Description of the task: Transcribe the data below exactly, but only from the line containing "f 367 345 337" through its final line, both included.

Stored items:
┌──

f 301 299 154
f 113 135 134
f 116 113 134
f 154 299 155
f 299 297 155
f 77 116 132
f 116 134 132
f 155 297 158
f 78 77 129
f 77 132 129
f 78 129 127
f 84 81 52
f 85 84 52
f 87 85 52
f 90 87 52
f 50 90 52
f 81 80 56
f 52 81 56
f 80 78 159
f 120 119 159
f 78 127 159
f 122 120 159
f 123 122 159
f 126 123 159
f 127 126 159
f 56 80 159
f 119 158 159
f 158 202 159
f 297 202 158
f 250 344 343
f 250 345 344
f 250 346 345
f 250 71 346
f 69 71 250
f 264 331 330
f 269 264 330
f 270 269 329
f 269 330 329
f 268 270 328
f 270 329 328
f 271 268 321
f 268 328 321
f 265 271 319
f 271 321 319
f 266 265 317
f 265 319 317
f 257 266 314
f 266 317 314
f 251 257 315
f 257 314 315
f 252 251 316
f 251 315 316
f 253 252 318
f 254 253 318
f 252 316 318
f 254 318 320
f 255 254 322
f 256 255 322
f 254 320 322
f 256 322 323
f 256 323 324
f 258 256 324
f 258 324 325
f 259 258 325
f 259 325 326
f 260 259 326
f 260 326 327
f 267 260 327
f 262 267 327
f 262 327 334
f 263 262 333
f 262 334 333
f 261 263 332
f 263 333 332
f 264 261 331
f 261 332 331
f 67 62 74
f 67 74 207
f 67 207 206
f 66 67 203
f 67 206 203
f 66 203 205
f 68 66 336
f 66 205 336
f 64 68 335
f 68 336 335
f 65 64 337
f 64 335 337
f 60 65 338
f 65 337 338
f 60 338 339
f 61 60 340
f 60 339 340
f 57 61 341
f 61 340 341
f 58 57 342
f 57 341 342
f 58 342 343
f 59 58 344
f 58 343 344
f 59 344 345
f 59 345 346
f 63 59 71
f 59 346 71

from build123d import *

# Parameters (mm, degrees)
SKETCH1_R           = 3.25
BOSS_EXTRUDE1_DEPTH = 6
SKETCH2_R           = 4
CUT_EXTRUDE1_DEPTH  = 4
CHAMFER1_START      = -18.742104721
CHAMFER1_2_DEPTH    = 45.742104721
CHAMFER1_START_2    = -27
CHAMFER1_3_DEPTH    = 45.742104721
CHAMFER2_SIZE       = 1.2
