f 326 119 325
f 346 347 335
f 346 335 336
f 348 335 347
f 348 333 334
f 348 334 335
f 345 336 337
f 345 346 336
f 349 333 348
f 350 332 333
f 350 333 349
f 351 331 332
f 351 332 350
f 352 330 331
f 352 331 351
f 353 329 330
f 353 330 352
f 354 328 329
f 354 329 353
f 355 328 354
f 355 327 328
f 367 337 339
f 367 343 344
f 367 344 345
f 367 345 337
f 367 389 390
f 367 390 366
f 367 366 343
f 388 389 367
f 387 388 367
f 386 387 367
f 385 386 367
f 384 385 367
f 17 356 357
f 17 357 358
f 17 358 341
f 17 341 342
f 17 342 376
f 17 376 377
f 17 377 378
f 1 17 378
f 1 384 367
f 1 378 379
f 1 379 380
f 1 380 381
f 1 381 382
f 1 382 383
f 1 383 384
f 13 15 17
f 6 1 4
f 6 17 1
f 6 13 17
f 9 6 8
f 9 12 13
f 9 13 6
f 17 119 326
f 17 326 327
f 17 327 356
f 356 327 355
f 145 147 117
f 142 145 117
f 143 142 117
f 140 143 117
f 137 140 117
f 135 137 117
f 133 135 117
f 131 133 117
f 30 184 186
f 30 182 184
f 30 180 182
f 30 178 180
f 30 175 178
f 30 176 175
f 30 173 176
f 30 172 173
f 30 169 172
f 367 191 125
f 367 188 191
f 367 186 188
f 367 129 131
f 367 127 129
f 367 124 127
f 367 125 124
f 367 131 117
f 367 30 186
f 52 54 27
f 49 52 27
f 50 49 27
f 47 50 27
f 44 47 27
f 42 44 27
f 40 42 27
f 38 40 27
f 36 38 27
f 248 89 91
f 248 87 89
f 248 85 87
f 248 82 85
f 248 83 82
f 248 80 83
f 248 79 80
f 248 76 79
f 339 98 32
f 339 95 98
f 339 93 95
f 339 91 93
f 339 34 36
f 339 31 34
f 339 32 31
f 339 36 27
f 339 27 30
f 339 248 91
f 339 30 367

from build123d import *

└──

Task answer:
f 367 345 337
f 367 389 390
f 367 390 366
f 367 366 343
f 388 389 367
f 387 388 367
f 386 387 367
f 385 386 367
f 384 385 367
f 17 356 357
f 17 357 358
f 17 358 341
f 17 341 342
f 17 342 376
f 17 376 377
f 17 377 378
f 1 17 378
f 1 384 367
f 1 378 379
f 1 379 380
f 1 380 381
f 1 381 382
f 1 382 383
f 1 383 384
f 13 15 17
f 6 1 4
f 6 17 1
f 6 13 17
f 9 6 8
f 9 12 13
f 9 13 6
f 17 119 326
f 17 326 327
f 17 327 356
f 356 327 355
f 145 147 117
f 142 145 117
f 143 142 117
f 140 143 117
f 137 140 117
f 135 137 117
f 133 135 117
f 131 133 117
f 30 184 186
f 30 182 184
f 30 180 182
f 30 178 180
f 30 175 178
f 30 176 175
f 30 173 176
f 30 172 173
f 30 169 172
f 367 191 125
f 367 188 191
f 367 186 188
f 367 129 131
f 367 127 129
f 367 124 127
f 367 125 124
f 367 131 117
f 367 30 186
f 52 54 27
f 49 52 27
f 50 49 27
f 47 50 27
f 44 47 27
f 42 44 27
f 40 42 27
f 38 40 27
f 36 38 27
f 248 89 91
f 248 87 89
f 248 85 87
f 248 82 85
f 248 83 82
f 248 80 83
f 248 79 80
f 248 76 79
f 339 98 32
f 339 95 98
f 339 93 95
f 339 91 93
f 339 34 36
f 339 31 34
f 339 32 31
f 339 36 27
f 339 27 30
f 339 248 91
f 339 30 367

from build123d import *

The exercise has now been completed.